##### Source material #####
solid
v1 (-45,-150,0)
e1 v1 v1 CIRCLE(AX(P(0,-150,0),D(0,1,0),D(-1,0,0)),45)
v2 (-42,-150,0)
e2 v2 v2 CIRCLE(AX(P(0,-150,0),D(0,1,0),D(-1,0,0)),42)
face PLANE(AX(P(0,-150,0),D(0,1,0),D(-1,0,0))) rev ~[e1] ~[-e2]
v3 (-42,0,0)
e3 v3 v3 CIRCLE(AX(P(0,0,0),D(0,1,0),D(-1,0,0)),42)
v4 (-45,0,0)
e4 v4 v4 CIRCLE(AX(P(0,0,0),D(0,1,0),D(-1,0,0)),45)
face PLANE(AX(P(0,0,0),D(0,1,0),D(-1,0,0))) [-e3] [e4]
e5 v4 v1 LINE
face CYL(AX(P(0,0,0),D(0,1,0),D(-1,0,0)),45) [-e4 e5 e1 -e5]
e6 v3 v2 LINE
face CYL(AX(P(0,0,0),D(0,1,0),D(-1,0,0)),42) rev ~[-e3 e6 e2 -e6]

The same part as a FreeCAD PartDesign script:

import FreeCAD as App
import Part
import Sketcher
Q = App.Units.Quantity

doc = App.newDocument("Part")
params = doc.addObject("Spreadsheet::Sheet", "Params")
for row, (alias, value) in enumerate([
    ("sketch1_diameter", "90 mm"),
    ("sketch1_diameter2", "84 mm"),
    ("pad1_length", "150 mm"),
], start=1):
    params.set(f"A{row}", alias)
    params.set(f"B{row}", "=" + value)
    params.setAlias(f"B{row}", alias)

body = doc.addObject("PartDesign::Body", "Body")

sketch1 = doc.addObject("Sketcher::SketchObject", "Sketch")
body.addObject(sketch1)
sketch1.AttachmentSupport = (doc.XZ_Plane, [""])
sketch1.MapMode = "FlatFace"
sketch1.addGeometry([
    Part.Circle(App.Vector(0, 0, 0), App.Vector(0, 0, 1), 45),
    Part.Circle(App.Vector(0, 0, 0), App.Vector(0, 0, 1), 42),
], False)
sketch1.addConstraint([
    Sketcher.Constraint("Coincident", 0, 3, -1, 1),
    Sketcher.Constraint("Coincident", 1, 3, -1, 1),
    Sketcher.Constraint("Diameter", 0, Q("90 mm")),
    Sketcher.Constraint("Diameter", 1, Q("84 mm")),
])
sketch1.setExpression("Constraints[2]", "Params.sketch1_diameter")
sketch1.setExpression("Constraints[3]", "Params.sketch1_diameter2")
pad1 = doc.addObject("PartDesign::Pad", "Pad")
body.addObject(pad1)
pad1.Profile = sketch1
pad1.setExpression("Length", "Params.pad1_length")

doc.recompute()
#####
##### Source material #####
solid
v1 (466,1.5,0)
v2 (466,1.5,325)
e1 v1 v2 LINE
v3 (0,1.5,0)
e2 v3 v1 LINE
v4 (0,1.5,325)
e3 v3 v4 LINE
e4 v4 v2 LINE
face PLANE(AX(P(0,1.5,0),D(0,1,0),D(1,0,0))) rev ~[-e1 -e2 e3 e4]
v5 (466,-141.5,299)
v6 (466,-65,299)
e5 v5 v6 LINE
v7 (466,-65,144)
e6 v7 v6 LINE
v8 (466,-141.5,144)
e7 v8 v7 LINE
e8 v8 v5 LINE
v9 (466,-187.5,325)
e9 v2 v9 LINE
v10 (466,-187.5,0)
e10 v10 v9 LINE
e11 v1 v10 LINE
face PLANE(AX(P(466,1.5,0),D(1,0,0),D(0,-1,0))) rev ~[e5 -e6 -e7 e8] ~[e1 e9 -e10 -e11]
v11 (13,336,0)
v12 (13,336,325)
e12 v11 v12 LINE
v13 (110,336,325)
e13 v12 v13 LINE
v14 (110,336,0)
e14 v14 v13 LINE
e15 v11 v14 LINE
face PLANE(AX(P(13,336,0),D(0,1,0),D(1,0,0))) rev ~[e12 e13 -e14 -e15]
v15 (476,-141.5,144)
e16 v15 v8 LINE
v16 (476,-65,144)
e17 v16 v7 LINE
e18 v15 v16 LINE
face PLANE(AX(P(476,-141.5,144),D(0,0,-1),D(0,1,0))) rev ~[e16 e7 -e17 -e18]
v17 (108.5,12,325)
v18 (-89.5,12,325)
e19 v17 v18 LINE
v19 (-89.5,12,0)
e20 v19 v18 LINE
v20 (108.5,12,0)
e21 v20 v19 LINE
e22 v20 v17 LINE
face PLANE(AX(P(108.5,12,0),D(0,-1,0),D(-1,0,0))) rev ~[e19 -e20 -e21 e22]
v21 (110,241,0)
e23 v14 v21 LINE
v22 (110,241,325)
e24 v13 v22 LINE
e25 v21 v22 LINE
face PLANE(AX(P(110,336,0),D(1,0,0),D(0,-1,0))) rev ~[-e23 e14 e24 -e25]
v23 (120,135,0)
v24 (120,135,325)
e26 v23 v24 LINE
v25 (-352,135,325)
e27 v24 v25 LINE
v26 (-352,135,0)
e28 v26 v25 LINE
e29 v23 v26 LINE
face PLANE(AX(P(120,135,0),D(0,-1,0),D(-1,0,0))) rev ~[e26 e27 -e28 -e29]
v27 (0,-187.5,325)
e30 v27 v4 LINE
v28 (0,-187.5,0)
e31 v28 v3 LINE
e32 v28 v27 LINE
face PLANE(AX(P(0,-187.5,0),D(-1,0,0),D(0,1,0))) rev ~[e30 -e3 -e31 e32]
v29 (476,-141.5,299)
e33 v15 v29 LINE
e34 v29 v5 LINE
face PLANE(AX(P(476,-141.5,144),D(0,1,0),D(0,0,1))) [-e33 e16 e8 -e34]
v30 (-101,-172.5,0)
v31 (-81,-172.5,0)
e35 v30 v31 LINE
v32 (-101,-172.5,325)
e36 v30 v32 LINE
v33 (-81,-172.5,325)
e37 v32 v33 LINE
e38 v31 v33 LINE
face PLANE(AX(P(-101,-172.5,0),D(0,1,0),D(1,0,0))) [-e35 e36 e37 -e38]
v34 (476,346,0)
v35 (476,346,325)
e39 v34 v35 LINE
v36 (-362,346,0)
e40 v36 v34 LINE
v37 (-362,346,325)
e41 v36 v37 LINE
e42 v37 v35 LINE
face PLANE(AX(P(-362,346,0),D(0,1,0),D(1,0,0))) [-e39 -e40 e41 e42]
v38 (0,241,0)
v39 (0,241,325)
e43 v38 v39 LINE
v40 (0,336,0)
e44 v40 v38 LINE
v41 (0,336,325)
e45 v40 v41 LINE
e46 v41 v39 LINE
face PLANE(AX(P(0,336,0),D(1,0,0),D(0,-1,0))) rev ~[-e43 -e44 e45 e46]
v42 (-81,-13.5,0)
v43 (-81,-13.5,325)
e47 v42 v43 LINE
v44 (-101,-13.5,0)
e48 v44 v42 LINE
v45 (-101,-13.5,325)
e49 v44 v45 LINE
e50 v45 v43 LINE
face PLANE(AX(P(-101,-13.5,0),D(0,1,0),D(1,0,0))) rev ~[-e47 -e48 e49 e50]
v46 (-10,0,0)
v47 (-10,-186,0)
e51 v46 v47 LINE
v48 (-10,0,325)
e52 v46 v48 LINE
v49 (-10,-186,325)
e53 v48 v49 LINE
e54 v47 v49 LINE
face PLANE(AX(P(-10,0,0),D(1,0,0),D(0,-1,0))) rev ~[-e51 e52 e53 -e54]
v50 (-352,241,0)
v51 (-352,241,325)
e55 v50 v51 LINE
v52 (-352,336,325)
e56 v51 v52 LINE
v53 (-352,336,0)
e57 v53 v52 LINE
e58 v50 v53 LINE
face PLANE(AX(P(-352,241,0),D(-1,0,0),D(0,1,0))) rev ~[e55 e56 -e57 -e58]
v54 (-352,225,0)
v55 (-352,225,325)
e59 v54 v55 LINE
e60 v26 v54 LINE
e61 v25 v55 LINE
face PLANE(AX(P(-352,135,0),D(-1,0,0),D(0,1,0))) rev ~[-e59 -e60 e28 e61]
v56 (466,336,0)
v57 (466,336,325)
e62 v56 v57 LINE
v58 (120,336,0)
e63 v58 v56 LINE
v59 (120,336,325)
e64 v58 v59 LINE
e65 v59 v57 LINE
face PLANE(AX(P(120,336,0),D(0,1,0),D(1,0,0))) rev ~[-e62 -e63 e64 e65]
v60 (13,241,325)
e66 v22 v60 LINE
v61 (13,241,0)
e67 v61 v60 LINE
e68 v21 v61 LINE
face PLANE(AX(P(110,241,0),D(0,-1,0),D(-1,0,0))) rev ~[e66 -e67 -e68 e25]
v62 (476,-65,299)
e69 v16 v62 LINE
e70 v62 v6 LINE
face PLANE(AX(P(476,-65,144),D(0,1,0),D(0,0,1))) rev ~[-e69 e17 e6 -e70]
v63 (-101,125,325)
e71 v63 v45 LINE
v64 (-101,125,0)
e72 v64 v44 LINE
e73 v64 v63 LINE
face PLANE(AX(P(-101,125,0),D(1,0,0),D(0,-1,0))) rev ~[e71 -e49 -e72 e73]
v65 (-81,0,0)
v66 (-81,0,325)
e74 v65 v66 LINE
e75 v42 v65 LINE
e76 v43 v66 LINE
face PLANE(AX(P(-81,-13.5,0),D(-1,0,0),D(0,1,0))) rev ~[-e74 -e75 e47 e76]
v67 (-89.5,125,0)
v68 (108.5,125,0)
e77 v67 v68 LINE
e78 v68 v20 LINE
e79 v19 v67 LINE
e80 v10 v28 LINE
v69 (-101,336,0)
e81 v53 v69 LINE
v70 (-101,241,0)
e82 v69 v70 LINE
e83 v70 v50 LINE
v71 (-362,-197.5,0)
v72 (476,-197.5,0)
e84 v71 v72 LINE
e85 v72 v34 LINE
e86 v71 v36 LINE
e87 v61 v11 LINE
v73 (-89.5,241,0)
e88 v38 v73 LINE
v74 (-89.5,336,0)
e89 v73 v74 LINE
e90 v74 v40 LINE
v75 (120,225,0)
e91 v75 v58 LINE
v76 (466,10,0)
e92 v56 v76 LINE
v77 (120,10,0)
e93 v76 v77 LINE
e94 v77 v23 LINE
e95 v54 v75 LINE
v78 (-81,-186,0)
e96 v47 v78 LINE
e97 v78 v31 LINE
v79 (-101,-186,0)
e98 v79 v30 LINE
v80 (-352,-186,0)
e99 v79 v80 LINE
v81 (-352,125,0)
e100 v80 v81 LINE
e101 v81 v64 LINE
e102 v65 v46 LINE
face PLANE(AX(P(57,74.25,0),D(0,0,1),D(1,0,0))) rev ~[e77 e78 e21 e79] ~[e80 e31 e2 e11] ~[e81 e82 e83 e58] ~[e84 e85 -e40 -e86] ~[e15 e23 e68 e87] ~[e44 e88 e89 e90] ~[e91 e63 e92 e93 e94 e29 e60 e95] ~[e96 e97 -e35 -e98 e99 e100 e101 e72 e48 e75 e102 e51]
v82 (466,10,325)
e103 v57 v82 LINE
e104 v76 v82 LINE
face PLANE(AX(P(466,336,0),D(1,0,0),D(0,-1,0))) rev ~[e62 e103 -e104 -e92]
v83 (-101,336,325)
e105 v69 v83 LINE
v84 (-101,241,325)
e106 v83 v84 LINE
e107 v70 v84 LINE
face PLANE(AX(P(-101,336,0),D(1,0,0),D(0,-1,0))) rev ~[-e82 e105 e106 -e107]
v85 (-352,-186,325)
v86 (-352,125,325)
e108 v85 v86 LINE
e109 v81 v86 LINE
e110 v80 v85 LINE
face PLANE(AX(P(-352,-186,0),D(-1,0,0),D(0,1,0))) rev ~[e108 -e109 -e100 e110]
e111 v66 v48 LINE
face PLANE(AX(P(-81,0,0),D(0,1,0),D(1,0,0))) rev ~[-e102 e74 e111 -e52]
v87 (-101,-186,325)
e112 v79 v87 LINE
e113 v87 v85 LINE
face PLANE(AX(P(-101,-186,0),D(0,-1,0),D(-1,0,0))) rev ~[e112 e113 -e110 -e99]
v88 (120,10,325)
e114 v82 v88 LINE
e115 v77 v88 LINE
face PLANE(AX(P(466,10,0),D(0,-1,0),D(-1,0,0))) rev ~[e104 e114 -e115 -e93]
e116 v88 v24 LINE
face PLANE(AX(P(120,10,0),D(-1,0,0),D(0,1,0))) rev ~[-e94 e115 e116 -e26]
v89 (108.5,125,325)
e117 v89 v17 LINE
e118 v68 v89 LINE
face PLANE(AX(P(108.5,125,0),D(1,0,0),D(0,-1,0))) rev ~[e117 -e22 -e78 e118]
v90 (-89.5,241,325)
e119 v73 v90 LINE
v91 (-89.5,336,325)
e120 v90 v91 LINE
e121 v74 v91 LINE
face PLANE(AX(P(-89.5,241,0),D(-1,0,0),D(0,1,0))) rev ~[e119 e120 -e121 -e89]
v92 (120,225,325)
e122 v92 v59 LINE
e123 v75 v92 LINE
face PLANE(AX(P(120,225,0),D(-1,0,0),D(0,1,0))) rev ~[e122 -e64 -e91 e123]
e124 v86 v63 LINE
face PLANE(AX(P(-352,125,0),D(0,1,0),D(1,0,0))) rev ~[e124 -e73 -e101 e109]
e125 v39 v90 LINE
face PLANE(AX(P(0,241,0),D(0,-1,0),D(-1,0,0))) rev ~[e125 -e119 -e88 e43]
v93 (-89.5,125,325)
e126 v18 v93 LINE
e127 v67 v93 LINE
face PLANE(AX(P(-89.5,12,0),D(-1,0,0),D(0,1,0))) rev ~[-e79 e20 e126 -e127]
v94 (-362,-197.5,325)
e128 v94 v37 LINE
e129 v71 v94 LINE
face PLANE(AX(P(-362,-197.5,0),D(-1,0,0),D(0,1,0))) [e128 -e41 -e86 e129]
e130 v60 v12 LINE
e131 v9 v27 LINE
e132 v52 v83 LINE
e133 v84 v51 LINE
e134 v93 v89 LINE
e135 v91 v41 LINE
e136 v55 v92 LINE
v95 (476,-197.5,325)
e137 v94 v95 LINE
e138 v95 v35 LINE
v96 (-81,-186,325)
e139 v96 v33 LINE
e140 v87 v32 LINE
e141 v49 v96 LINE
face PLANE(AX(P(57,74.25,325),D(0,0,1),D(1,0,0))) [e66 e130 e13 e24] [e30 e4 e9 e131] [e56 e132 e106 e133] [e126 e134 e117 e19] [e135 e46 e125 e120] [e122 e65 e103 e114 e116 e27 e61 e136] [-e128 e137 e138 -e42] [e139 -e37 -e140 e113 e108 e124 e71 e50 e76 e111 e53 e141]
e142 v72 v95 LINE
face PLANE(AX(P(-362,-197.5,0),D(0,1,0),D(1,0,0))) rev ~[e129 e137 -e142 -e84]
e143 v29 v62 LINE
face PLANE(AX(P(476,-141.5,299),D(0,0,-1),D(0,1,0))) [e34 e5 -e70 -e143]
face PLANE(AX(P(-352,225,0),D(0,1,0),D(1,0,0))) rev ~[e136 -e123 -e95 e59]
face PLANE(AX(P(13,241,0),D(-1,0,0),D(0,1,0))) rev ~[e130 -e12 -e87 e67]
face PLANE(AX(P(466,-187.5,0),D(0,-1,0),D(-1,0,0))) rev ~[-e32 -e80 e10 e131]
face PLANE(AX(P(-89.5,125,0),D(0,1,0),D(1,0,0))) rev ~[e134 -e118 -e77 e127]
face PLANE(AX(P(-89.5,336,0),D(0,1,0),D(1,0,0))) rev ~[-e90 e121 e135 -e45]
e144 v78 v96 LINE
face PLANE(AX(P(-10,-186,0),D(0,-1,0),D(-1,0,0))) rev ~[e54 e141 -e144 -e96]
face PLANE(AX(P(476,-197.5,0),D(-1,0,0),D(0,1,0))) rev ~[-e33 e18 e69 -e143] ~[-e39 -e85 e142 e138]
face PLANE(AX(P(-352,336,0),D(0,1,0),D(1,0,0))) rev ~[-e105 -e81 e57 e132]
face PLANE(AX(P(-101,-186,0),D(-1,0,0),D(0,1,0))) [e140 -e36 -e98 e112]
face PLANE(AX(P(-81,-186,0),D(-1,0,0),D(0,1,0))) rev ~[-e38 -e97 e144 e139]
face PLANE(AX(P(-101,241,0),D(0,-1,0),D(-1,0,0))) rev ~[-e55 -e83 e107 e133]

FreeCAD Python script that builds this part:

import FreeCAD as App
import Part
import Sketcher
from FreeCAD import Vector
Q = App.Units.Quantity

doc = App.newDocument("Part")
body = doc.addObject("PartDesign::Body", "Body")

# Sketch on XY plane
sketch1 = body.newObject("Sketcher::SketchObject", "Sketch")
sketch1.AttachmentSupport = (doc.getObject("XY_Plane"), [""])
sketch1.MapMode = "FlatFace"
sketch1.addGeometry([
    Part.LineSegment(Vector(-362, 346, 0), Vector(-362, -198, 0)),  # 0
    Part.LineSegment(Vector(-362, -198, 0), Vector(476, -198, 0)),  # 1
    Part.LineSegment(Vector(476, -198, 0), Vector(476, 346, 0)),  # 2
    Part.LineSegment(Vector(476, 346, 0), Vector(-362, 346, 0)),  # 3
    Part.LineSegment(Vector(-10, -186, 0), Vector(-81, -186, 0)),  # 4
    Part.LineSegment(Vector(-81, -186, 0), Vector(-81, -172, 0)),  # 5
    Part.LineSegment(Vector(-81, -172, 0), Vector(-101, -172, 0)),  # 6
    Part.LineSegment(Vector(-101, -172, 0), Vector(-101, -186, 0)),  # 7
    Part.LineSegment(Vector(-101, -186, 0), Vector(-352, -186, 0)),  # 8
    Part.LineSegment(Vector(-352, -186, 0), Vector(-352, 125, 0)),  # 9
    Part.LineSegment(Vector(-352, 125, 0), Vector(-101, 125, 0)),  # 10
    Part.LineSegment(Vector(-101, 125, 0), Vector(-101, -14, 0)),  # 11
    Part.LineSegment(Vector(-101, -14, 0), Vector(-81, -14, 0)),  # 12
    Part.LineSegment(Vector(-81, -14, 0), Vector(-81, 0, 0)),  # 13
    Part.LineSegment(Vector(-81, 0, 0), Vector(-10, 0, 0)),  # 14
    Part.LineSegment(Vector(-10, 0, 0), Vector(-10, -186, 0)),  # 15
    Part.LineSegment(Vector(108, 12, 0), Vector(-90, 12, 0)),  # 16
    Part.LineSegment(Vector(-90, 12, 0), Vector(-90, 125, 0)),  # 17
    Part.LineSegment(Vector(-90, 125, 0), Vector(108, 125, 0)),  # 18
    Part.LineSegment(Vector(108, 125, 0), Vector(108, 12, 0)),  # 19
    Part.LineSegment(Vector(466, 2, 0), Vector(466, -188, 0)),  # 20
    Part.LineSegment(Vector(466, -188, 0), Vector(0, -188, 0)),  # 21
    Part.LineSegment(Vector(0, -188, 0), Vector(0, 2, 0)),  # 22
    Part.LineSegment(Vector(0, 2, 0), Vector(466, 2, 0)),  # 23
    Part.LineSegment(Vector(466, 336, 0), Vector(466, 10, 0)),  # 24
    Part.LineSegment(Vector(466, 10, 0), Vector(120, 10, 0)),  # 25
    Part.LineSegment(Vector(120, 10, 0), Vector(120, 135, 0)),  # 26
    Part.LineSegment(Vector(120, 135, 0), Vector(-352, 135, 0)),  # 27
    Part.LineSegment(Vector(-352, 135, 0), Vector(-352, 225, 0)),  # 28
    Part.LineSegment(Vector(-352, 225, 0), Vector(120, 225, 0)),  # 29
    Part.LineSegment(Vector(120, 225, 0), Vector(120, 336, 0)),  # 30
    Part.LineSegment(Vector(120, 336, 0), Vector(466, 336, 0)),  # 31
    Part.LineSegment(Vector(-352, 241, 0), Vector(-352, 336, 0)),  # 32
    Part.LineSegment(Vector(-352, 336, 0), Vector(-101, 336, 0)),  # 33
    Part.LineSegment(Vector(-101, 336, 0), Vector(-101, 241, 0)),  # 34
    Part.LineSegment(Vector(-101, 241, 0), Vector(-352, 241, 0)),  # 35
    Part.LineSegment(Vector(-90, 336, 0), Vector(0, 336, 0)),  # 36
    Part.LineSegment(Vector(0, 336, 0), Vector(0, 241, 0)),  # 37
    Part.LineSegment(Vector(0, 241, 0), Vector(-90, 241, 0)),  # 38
#####
##### Source material #####
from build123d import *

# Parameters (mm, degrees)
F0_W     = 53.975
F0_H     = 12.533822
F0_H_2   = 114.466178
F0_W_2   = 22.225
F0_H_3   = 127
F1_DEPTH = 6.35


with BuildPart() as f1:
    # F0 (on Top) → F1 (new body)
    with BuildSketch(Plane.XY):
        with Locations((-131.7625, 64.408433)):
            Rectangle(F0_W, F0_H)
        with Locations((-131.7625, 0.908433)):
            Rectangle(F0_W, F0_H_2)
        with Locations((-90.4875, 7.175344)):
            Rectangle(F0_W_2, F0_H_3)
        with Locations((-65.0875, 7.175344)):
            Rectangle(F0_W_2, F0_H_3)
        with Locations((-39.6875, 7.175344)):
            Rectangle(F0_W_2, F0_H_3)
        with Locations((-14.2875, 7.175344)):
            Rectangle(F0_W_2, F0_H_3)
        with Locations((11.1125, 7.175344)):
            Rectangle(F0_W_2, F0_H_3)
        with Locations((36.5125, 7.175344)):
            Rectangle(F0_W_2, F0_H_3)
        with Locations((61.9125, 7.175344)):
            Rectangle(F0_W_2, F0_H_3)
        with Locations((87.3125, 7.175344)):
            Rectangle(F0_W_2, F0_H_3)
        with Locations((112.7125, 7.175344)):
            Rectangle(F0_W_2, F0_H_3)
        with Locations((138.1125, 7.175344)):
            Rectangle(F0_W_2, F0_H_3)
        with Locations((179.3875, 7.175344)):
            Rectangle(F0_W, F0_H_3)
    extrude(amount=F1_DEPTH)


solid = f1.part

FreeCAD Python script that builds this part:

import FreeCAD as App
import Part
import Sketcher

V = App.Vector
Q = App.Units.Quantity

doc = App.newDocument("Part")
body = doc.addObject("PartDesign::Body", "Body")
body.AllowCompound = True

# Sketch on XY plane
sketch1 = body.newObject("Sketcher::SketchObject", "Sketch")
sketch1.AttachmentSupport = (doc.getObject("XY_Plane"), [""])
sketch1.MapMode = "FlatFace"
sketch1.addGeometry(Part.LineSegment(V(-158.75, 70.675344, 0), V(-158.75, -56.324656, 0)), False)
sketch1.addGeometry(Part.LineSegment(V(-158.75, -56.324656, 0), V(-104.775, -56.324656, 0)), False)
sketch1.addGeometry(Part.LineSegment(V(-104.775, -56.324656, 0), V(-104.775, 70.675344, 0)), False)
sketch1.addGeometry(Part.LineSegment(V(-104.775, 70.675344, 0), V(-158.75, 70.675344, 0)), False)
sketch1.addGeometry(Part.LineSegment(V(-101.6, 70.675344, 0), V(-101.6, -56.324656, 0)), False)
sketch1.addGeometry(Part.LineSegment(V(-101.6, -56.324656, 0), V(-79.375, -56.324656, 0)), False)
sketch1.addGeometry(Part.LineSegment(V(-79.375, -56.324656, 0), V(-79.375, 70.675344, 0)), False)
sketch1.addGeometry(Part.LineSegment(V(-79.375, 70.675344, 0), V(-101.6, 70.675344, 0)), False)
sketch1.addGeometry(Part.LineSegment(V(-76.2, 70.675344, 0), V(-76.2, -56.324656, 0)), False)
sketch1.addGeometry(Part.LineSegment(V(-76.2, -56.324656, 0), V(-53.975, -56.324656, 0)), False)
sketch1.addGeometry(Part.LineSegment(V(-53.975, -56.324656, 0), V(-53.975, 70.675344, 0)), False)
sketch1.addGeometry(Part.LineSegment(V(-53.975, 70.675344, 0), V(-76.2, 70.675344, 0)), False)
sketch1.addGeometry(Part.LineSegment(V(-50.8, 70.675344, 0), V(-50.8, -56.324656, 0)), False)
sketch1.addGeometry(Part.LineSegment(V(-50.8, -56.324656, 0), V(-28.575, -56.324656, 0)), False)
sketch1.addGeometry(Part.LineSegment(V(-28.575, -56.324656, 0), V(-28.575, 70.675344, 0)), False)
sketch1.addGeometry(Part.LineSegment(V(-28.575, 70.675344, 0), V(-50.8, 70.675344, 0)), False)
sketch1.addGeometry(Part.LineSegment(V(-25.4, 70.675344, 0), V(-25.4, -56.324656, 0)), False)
#####
» **Task directions**:
Reproduce only the lines above spanning from the line containing "e76 v43 v66 LINE" through the line containing "e108 v85 v86 LINE", word for word.

» **Result of this task**:
e76 v43 v66 LINE
face PLANE(AX(P(-81,-13.5,0),D(-1,0,0),D(0,1,0))) rev ~[-e74 -e75 e47 e76]
v67 (-89.5,125,0)
v68 (108.5,125,0)
e77 v67 v68 LINE
e78 v68 v20 LINE
e79 v19 v67 LINE
e80 v10 v28 LINE
v69 (-101,336,0)
e81 v53 v69 LINE
v70 (-101,241,0)
e82 v69 v70 LINE
e83 v70 v50 LINE
v71 (-362,-197.5,0)
v72 (476,-197.5,0)
e84 v71 v72 LINE
e85 v72 v34 LINE
e86 v71 v36 LINE
e87 v61 v11 LINE
v73 (-89.5,241,0)
e88 v38 v73 LINE
v74 (-89.5,336,0)
e89 v73 v74 LINE
e90 v74 v40 LINE
v75 (120,225,0)
e91 v75 v58 LINE
v76 (466,10,0)
e92 v56 v76 LINE
v77 (120,10,0)
e93 v76 v77 LINE
e94 v77 v23 LINE
e95 v54 v75 LINE
v78 (-81,-186,0)
e96 v47 v78 LINE
e97 v78 v31 LINE
v79 (-101,-186,0)
e98 v79 v30 LINE
v80 (-352,-186,0)
e99 v79 v80 LINE
v81 (-352,125,0)
e100 v80 v81 LINE
e101 v81 v64 LINE
e102 v65 v46 LINE
face PLANE(AX(P(57,74.25,0),D(0,0,1),D(1,0,0))) rev ~[e77 e78 e21 e79] ~[e80 e31 e2 e11] ~[e81 e82 e83 e58] ~[e84 e85 -e40 -e86] ~[e15 e23 e68 e87] ~[e44 e88 e89 e90] ~[e91 e63 e92 e93 e94 e29 e60 e95] ~[e96 e97 -e35 -e98 e99 e100 e101 e72 e48 e75 e102 e51]
v82 (466,10,325)
e103 v57 v82 LINE
e104 v76 v82 LINE
face PLANE(AX(P(466,336,0),D(1,0,0),D(0,-1,0))) rev ~[e62 e103 -e104 -e92]
v83 (-101,336,325)
e105 v69 v83 LINE
v84 (-101,241,325)
e106 v83 v84 LINE
e107 v70 v84 LINE
face PLANE(AX(P(-101,336,0),D(1,0,0),D(0,-1,0))) rev ~[-e82 e105 e106 -e107]
v85 (-352,-186,325)
v86 (-352,125,325)
e108 v85 v86 LINE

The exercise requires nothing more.